Click the cogwheel icon File and select Hide matching rows, to hide all rows where the Match column is true, i.e. to display only records where computed and expected outputs differ.

Click the file icon File in front of a row, to download a full execution trace, showing what exactly happened when that record was applied against the model. In this way, you can investigate why the outputs did not match.

Scheduled Processing

Scheduled Processing allows you to schedule batch jobs for processing measurements from devices or device groups against an available model.
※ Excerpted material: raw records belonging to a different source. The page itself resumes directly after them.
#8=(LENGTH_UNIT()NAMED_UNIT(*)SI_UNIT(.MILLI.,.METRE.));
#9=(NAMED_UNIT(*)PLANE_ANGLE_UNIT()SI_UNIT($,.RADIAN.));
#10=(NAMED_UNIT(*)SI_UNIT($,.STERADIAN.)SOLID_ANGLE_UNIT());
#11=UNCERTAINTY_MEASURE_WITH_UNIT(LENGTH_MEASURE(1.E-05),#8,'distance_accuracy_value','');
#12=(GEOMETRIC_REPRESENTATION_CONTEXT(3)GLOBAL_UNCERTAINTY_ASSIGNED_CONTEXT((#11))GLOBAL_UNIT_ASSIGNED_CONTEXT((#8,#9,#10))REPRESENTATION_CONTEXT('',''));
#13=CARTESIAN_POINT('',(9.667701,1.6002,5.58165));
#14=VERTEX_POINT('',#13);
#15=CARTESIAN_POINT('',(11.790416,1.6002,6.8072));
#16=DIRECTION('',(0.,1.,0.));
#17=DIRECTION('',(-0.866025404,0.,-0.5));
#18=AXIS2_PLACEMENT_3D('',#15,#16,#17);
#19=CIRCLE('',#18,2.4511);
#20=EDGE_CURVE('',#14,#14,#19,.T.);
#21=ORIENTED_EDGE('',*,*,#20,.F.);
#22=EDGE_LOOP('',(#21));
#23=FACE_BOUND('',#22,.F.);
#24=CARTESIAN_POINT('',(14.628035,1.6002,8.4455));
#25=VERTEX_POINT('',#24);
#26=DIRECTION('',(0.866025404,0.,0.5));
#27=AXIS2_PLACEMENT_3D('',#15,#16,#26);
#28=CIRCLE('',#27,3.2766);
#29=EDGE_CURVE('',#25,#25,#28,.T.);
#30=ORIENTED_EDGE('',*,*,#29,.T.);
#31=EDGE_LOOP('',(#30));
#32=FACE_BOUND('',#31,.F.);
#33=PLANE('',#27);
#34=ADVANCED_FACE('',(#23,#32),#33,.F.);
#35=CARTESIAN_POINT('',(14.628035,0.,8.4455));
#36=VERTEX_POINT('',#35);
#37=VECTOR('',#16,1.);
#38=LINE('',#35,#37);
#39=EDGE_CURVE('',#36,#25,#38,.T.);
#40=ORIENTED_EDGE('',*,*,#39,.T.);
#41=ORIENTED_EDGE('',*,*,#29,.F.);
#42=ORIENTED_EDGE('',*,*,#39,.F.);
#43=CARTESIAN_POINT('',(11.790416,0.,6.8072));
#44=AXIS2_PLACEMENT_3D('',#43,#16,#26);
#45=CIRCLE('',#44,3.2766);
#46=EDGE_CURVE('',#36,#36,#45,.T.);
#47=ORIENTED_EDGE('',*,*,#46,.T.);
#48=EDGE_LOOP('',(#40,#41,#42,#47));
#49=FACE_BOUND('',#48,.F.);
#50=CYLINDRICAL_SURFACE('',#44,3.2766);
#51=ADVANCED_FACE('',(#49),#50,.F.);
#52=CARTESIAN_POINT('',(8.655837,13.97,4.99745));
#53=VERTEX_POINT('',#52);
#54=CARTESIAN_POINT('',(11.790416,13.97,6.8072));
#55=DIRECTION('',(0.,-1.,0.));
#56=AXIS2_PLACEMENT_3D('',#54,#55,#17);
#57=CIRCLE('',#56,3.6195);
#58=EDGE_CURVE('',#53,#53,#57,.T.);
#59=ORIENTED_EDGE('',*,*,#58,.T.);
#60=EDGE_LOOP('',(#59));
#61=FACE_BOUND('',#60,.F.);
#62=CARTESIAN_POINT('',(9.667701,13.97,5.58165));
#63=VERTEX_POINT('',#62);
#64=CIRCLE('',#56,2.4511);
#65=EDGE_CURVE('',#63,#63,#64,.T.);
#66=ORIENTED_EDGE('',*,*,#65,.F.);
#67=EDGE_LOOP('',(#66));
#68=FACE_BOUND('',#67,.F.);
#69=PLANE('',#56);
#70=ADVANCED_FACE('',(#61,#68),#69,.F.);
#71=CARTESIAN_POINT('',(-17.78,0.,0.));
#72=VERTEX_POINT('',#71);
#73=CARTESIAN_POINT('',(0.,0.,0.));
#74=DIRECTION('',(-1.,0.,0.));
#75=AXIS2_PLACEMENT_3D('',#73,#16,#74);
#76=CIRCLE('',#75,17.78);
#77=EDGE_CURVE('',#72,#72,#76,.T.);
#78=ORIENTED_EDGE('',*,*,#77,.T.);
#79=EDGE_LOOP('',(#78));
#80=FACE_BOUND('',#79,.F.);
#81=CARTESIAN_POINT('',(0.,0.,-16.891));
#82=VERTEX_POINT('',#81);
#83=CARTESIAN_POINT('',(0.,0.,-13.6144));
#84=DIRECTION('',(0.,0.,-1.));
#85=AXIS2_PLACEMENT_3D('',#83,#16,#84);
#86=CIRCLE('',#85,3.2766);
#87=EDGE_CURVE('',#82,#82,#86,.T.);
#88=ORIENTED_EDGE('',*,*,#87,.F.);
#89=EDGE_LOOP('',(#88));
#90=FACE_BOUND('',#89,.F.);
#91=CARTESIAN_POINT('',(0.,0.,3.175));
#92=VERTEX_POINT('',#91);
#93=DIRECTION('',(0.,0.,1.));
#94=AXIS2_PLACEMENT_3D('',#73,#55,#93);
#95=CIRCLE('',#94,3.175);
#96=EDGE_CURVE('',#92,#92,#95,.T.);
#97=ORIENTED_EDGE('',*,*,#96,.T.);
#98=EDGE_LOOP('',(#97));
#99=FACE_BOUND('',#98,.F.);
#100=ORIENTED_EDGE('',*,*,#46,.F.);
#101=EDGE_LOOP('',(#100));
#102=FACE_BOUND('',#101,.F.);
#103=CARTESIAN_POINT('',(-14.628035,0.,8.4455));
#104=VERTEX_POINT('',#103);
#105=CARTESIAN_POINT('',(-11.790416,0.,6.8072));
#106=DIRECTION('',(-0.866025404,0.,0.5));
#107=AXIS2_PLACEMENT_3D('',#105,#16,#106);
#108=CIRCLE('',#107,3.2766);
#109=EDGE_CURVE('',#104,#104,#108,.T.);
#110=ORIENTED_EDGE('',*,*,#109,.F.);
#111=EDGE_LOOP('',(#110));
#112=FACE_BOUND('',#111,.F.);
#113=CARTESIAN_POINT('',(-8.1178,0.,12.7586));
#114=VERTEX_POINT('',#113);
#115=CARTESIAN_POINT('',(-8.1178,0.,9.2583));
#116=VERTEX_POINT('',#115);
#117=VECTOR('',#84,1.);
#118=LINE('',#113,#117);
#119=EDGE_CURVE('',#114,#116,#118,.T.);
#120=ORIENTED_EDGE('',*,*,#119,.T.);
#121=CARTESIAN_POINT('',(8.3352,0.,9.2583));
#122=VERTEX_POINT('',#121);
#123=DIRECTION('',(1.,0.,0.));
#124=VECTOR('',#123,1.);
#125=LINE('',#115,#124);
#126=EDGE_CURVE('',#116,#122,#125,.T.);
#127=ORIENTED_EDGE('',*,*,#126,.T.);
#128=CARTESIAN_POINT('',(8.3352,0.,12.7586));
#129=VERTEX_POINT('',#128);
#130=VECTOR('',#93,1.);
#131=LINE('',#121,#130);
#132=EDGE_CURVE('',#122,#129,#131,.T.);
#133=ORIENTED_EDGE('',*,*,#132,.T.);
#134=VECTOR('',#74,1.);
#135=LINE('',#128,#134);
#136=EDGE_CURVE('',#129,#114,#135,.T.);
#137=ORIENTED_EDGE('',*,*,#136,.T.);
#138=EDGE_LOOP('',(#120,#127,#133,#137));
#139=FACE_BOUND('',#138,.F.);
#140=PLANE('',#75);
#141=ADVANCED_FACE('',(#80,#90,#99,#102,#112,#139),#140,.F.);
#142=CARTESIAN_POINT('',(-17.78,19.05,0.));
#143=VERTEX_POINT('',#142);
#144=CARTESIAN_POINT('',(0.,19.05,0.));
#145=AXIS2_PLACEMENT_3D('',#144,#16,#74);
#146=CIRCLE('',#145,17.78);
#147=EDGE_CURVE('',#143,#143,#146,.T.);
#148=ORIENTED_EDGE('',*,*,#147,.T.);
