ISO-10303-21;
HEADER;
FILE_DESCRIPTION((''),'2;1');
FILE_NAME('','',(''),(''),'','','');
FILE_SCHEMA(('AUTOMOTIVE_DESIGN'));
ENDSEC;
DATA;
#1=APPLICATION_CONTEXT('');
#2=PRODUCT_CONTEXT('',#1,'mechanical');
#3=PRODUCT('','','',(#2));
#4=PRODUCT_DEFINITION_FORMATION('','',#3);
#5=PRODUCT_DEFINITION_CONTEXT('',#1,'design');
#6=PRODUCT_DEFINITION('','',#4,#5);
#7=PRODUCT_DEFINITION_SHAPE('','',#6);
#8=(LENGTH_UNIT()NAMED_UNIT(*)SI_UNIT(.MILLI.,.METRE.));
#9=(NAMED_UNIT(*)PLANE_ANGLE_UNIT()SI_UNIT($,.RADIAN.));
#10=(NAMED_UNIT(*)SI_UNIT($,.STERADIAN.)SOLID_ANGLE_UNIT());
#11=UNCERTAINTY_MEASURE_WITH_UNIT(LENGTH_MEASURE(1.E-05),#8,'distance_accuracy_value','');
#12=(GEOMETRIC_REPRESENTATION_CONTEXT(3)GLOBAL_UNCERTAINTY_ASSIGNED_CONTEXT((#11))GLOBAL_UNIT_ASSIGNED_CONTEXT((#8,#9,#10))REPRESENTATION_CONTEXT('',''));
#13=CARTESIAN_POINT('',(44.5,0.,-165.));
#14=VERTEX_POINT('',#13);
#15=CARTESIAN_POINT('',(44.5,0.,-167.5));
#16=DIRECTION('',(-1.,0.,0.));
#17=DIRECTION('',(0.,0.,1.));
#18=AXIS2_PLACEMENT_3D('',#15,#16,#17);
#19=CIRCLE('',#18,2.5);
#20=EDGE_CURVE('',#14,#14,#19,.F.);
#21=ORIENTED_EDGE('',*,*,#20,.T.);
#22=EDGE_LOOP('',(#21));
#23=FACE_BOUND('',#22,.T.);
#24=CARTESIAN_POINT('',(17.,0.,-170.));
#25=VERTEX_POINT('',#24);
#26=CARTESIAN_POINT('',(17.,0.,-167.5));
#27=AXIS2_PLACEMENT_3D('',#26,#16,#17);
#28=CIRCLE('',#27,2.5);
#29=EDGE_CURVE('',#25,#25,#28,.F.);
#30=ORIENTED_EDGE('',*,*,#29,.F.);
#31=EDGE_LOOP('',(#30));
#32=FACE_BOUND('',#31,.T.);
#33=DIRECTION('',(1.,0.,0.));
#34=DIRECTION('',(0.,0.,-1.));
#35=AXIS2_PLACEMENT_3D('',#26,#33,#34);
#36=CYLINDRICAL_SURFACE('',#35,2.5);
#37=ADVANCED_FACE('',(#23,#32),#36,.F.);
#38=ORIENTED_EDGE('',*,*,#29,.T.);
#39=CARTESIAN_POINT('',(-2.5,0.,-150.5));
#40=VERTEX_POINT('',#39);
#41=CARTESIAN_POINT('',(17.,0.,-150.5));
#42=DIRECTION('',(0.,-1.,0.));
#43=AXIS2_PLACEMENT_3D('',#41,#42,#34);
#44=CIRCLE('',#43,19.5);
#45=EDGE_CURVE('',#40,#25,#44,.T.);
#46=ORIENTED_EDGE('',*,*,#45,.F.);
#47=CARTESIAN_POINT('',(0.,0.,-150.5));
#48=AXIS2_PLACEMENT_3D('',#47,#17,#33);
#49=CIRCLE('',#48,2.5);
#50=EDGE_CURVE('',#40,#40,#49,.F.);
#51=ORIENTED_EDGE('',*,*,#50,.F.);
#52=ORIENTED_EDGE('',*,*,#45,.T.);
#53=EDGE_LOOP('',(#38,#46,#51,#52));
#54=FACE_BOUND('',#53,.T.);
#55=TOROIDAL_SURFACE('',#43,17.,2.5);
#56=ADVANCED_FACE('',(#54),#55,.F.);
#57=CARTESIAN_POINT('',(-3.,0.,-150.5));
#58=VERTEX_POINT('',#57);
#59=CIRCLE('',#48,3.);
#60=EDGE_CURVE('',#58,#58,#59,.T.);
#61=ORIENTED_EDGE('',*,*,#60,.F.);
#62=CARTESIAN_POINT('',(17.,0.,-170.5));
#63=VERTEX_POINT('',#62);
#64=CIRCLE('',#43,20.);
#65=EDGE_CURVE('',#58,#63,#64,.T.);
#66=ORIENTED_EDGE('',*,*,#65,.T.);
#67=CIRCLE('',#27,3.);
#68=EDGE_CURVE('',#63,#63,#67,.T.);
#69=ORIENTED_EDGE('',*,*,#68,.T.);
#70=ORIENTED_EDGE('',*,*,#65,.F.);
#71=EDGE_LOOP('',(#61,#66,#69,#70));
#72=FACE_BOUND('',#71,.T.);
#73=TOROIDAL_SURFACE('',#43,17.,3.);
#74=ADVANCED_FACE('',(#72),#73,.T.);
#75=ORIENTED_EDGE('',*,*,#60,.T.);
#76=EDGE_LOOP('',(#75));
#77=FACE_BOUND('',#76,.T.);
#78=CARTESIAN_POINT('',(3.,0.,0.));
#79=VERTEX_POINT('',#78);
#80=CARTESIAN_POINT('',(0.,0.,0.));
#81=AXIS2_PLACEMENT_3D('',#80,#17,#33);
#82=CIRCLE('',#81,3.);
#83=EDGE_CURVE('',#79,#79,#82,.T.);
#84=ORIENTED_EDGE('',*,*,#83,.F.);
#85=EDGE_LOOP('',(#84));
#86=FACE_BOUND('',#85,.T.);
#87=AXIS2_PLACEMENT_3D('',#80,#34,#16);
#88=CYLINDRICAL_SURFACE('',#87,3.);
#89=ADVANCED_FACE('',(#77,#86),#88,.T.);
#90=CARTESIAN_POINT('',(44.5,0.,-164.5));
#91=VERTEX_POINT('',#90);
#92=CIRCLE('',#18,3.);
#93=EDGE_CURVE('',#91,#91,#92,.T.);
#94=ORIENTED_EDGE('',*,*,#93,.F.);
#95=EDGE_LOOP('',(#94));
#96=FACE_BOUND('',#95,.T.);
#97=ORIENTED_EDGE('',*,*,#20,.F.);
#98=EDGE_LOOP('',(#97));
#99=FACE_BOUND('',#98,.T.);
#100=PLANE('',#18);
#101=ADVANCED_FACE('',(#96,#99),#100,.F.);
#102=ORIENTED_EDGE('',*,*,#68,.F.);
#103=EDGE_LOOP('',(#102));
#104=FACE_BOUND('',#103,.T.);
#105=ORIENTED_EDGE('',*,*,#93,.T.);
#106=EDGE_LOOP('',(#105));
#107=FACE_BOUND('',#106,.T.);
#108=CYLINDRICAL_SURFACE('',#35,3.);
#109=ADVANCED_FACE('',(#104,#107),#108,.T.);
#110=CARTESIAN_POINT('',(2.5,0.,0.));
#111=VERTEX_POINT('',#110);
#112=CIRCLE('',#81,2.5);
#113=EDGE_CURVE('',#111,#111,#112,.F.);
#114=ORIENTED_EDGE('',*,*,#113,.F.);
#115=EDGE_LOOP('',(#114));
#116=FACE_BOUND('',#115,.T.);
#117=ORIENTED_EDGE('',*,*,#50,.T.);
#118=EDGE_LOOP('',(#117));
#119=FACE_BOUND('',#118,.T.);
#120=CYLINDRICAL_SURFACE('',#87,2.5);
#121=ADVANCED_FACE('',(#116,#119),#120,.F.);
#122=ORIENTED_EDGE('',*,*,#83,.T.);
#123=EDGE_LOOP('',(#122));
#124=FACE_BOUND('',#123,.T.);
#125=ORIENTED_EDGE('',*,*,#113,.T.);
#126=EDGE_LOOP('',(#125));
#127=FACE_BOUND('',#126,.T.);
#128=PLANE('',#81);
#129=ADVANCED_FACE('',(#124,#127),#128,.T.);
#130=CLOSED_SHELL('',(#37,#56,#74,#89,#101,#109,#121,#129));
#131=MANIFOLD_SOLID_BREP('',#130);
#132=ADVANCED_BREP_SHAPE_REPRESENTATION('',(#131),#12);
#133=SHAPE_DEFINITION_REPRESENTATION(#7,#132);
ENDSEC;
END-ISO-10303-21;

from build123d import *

# Parameters (mm, degrees)
SKETCH2_R   = 3
SKETCH2_R_2 = 2.5


with BuildPart() as part:
    # Sweep1: sweep along a path in Sketch1
    with BuildLine(Plane(origin=(0, 0, 0), x_dir=(1, 0, 0), z_dir=(0, 1, 0))) as sweep1_path:
        Line((0, 0), (0, 150.5))
        ThreePointArc((0, 150.5), (4.97918472, 162.52081528), (17, 167.5))
        Line((17, 167.5), (44.5, 167.5))
    # Sketch2 → Sweep1 (sweep)
    with BuildSketch(Plane.XY):
        Circle(SKETCH2_R)
        Circle(SKETCH2_R_2, mode=Mode.SUBTRACT)
    sweep(path=sweep1_path.line)


solid = part.part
The job scheduler can be used to trigger one-time or periodic jobs on data captured from devices. The scheduler allows you to map device data to model inputs by providing a mapping tool. Periodic executions of batch jobs can be useful when aggregate information on model’s predictions is required for a desired time period.

Scheduling a job

To schedule a new job, perform the following steps:

  1. Click Create Job in the Scheduled Processing tab.
  2. In the Job Config wizard, enter the name and description of the job you want to create. Select a target device or device group from the dropdown list. The list shows maximum 2000 devices or groups. Once done, select a target model which will be used for processing the data captured from your selected device or device group. The dropdown list shows all models which you have uploaded to the Models page.
    Scheduled process 1
    Click Next to proceed.
  3. Each device can have various measurements which are persisted in Cumulocity. In the Mapping section, map the device measurements to the corresponding model inputs.
    Scheduled process 2
    Click Next to proceed.
  4. Set the schedule of the job by selecting the frequency for the job followed by when it should run. You also need to specify the data range to be used for processing when the job is executed. Scheduled process 3
    Click Finish to schedule the job that you just configured.

Info:
1. For a periodic frequency, a CRON expression is generated and used by the scheduler.
2. The data range selected for the schedule must not exceed 24 hours.
3. For a one-time job, you need to select the date when the job should run. You also need to specify the data range to be used for processing when the job is executed.

After the job is scheduled, you will see a corresponding notification.

Note that if there are too many jobs scheduled, then, over time the underlying MongoDB of a tenant might become over-populated with execution data from these jobs. Hence it is recommended to have a retention rule in place to clean up data which is too old.
In order to do so, create a retention rule for events containing ZementisExecution in its type field. This rule would not remove the jobs themselves but only the data from the execution of the jobs. For details on adding retention rules, see To add a retention rule.

Viewing the scheduled jobs

Scheduled Jobs

By design, the Scheduled Processing tab previews all scheduled jobs in a paginated manner, displaying 10 jobs per page.

Click any link in the NAME column to view the configuration of that specific job. Click the delete icon of any job to remove the job.

Viewing the execution results of jobs

To view the execution results of any job, click on the history icon associated to that job in the My Jobs section of the Scheduled Processing tab.

Job History

By design, the Execution Results page previews all executions of the job in a paginated manner, displaying 10 executions per page.

For executions with status Warning or Failure, hover over the status to see the detailed reason behind the status. Click Back to see all scheduled jobs.

Viewing the inferences of a job execution

To view the inferences generated by any execution of a job, click on the details icon associated to that execution in the Execution Results page.

Execution Inferences Continuous Execution Inferences Categorical

The Inferences window shows two different types of charts, a line-chart plotting the continuous outputs of the model and a pie-chart plotting the model’s categorical outputs.

The inferences are shown in a paginated manner, displaying 2000 inferences per page. For executions containing device groups, it will also allow you to shuffle between different devices which were part of that execution.